*** Block opens ***
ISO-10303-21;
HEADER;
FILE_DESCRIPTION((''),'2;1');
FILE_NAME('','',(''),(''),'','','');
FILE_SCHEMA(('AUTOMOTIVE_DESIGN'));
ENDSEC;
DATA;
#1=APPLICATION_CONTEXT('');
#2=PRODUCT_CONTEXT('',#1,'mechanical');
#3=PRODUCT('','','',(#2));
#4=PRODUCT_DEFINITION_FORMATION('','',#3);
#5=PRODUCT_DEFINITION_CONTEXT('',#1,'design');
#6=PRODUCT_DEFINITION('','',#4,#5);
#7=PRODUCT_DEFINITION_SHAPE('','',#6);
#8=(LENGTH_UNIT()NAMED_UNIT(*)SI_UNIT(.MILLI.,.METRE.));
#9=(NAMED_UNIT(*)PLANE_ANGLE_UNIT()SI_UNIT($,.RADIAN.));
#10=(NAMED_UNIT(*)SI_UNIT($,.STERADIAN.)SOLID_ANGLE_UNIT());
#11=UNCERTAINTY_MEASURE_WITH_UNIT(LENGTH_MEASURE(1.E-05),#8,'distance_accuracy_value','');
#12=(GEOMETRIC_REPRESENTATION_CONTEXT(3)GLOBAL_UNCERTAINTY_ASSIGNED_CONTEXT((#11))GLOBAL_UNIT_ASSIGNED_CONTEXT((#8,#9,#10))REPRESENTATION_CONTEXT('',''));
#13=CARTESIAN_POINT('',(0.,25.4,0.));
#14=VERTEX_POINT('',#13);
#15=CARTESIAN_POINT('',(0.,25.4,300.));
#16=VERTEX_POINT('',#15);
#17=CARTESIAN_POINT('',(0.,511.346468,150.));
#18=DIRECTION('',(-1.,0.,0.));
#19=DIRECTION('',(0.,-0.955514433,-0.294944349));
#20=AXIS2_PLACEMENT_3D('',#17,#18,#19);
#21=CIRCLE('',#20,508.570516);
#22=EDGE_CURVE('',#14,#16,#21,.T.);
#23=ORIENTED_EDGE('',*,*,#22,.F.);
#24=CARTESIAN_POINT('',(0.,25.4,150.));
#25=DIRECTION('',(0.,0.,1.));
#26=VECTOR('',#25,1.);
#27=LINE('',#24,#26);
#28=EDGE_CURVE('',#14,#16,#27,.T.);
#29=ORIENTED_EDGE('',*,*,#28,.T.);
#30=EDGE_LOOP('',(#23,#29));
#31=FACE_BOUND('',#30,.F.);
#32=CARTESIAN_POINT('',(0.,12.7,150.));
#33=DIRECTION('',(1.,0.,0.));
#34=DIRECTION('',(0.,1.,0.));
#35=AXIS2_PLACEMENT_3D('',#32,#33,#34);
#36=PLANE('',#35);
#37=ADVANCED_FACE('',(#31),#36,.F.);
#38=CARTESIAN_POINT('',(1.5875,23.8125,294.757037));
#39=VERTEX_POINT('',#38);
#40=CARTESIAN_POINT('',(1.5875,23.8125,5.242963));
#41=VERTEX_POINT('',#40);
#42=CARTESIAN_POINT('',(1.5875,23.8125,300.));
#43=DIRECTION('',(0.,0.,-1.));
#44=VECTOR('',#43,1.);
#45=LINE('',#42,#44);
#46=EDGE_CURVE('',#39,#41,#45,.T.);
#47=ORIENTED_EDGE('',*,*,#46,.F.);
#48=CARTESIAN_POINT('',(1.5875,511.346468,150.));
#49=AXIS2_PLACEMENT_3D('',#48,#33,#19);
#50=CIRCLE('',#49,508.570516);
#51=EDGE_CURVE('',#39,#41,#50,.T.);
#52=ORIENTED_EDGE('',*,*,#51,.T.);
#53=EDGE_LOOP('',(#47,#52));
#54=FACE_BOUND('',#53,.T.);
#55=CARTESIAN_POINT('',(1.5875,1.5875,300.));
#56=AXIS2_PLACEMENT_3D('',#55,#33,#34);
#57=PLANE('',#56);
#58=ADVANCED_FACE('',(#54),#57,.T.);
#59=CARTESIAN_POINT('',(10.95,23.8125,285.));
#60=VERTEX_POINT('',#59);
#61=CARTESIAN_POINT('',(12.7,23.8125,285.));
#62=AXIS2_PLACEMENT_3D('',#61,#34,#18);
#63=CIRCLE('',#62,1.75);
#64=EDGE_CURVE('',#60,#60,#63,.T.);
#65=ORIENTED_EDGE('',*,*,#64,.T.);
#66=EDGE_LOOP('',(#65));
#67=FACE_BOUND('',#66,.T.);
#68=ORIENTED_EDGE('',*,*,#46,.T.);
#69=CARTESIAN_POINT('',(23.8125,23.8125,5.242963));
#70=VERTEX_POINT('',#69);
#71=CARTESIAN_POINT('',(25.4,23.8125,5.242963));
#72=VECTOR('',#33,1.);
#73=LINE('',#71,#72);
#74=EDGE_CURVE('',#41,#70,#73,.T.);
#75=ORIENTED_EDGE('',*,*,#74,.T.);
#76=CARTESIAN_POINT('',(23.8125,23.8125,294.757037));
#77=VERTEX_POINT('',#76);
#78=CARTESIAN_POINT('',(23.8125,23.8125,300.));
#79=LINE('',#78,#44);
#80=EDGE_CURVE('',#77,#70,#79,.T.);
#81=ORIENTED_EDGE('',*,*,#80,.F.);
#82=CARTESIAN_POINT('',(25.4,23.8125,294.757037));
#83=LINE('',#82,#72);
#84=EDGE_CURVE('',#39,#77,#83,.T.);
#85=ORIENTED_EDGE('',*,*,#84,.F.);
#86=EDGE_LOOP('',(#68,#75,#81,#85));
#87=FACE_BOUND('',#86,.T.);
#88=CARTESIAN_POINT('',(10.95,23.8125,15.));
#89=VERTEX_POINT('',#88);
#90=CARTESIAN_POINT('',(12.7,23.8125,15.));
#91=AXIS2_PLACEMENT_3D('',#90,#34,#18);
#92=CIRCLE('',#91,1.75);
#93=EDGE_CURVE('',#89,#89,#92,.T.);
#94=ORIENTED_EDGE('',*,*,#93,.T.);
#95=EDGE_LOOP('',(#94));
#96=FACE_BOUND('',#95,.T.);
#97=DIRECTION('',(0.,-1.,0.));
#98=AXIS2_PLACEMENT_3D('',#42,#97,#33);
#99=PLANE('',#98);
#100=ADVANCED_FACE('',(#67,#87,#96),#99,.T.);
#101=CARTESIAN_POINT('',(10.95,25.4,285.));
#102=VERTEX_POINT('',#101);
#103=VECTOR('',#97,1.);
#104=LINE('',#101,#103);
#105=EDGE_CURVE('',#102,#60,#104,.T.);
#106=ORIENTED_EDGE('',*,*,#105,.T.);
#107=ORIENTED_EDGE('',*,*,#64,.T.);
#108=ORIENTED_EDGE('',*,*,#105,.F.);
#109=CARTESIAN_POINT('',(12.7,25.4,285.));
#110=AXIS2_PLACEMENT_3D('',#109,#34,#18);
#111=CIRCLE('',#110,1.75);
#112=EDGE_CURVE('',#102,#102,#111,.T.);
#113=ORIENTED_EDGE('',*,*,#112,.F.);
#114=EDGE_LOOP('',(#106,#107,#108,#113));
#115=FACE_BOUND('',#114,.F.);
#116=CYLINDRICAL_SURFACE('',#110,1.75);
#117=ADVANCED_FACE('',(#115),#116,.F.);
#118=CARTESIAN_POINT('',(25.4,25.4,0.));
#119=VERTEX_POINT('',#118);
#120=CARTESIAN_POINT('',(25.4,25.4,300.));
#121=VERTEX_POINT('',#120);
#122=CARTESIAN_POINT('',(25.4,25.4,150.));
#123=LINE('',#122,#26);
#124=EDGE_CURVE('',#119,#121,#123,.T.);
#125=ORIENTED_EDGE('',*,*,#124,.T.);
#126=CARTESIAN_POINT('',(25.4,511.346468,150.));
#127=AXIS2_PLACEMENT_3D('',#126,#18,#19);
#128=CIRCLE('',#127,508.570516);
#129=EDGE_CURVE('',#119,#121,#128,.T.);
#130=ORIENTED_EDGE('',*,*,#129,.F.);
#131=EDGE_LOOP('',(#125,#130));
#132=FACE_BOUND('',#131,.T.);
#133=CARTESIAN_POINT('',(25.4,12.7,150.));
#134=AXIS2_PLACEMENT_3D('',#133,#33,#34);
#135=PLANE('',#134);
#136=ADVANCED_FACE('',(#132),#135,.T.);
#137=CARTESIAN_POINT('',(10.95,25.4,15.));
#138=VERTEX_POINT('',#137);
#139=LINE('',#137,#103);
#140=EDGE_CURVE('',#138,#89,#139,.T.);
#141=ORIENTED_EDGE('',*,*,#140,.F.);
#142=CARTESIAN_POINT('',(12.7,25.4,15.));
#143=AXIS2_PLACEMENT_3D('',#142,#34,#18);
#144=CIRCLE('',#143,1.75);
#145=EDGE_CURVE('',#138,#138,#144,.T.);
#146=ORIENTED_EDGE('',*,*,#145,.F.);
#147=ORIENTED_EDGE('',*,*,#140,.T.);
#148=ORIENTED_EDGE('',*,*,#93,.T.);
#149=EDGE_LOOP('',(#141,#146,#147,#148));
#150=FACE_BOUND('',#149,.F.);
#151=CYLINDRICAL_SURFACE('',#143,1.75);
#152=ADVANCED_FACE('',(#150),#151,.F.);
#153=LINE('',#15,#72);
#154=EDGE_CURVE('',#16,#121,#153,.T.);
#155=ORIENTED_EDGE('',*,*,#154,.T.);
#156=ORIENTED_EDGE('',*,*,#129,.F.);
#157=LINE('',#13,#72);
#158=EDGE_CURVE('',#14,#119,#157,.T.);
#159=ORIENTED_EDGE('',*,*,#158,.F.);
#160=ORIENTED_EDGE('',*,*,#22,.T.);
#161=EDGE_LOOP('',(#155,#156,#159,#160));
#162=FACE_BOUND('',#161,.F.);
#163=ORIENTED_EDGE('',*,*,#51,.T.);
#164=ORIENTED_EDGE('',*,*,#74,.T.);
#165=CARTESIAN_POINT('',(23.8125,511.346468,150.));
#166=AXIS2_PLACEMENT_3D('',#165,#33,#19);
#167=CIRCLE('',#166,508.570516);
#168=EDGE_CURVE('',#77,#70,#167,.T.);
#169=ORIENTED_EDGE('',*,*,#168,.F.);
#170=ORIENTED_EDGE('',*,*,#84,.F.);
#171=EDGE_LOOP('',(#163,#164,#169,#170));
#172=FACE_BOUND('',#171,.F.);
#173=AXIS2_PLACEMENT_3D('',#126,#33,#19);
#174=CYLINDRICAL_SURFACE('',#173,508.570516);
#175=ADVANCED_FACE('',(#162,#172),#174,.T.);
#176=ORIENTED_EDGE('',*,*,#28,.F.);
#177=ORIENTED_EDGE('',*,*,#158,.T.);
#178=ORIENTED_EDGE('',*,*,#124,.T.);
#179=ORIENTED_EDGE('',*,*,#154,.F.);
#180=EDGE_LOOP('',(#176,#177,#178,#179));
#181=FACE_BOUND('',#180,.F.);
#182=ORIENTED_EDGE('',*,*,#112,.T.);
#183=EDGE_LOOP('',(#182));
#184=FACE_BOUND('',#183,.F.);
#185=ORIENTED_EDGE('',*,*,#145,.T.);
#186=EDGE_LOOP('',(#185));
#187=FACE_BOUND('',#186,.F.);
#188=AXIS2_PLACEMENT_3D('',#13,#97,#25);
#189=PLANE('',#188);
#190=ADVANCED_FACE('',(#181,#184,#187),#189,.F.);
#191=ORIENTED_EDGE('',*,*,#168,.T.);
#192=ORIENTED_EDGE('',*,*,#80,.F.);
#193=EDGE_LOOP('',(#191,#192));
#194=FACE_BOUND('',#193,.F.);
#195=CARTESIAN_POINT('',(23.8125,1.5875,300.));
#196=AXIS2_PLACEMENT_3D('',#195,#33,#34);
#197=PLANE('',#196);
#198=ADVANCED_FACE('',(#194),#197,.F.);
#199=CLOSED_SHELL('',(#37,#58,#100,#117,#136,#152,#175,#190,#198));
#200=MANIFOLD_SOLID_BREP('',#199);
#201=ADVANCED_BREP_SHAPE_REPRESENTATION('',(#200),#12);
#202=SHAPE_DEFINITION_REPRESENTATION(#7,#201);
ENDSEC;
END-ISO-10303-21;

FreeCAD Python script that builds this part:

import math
import FreeCAD as App
import Part
import Sketcher
from FreeCAD import Vector

doc = App.newDocument("Part")
body = doc.addObject("PartDesign::Body", "Body")

sketch1 = body.newObject("Sketcher::SketchObject", "Sketch")
sketch1.AttachmentSupport = (doc.getObject("YZ_Plane"), [""])
sketch1.MapMode = "FlatFace"
sketch1.addGeometry([
    Part.LineSegment(Vector(0, 300, 0), Vector(0, 0, 0)),
    Part.LineSegment(Vector(0, 0, 0), Vector(25, 0, 0)),
    Part.LineSegment(Vector(25, 0, 0), Vector(25, 300, 0)),
    Part.LineSegment(Vector(25, 300, 0), Vector(0, 300, 0)),
], False)
sketch1.addConstraint([
    Sketcher.Constraint("Coincident", 0, 2, 1, 1),
    Sketcher.Constraint("Coincident", 1, 2, 2, 1),
    Sketcher.Constraint("Coincident", 2, 2, 3, 1),
    Sketcher.Constraint("Coincident", 3, 2, 0, 1),
    Sketcher.Constraint("Vertical", 0),
    Sketcher.Constraint("Horizontal", 1),
    Sketcher.Constraint("Vertical", 2),
    Sketcher.Constraint("Horizontal", 3),
    Sketcher.Constraint("Coincident", 0, 2, -1, 1),
    Sketcher.Constraint("DistanceY", 0, 2, 0, 1, 300.0),
    Sketcher.Constraint("DistanceX", 1, 1, 1, 2, 25.4),
])
pad1 = body.newObject("PartDesign::Pad", "Pad")
pad1.Profile = sketch1
pad1.Length = 25.4

sketch2 = body.newObject("Sketcher::SketchObject", "Sketch001")
sketch2.AttachmentSupport = (doc.getObject("XY_Plane"), [""])
sketch2.MapMode = "FlatFace"
sketch2.AttachmentOffset = App.Placement(Vector(0, 0, 300), App.Rotation())
sketch2.addGeometry([
    Part.LineSegment(Vector(2, 24, 0), Vector(2, 2, 0)),
    Part.LineSegment(Vector(2, 2, 0), Vector(24, 2, 0)),
    Part.LineSegment(Vector(24, 2, 0), Vector(24, 24, 0)),
    Part.LineSegment(Vector(24, 24, 0), Vector(2, 24, 0)),
], False)
sketch2.addConstraint([
    Sketcher.Constraint("Coincident", 0, 2, 1, 1),
    Sketcher.Constraint("Coincident", 1, 2, 2, 1),
    Sketcher.Constraint("Coincident", 2, 2, 3, 1),
    Sketcher.Constraint("Coincident", 3, 2, 0, 1),
    Sketcher.Constraint("Vertical", 0),
    Sketcher.Constraint("Horizontal", 1),
    Sketcher.Constraint("Vertical", 2),
    Sketcher.Constraint("Horizontal", 3),
    Sketcher.Constraint("Equal", 3, 0),
    Sketcher.Constraint("DistanceX", 1, 1, 1, 2, 22.225),
    Sketcher.Constraint("DistanceX", -1, 1, 0, 2, 1.5875),
    Sketcher.Constraint("DistanceY", -1, 1, 0, 2, 1.5875),
])
pocket1 = body.newObject("PartDesign::Pocket", "Pocket")
pocket1.Profile = sketch2
pocket1.Length = 300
*** Block closes ***
The exact lines of the material above starting at the one that contains "#190=ADVANCED_FACE('',(#181,#184,#187),#189,.F.);" and ending at the one that contains "#195=CARTESIAN_POINT('',(23.8125,1.5875,300.));" are what to retype; leave out everything else.

## Result
#190=ADVANCED_FACE('',(#181,#184,#187),#189,.F.);
#191=ORIENTED_EDGE('',*,*,#168,.T.);
#192=ORIENTED_EDGE('',*,*,#80,.F.);
#193=EDGE_LOOP('',(#191,#192));
#194=FACE_BOUND('',#193,.F.);
#195=CARTESIAN_POINT('',(23.8125,1.5875,300.));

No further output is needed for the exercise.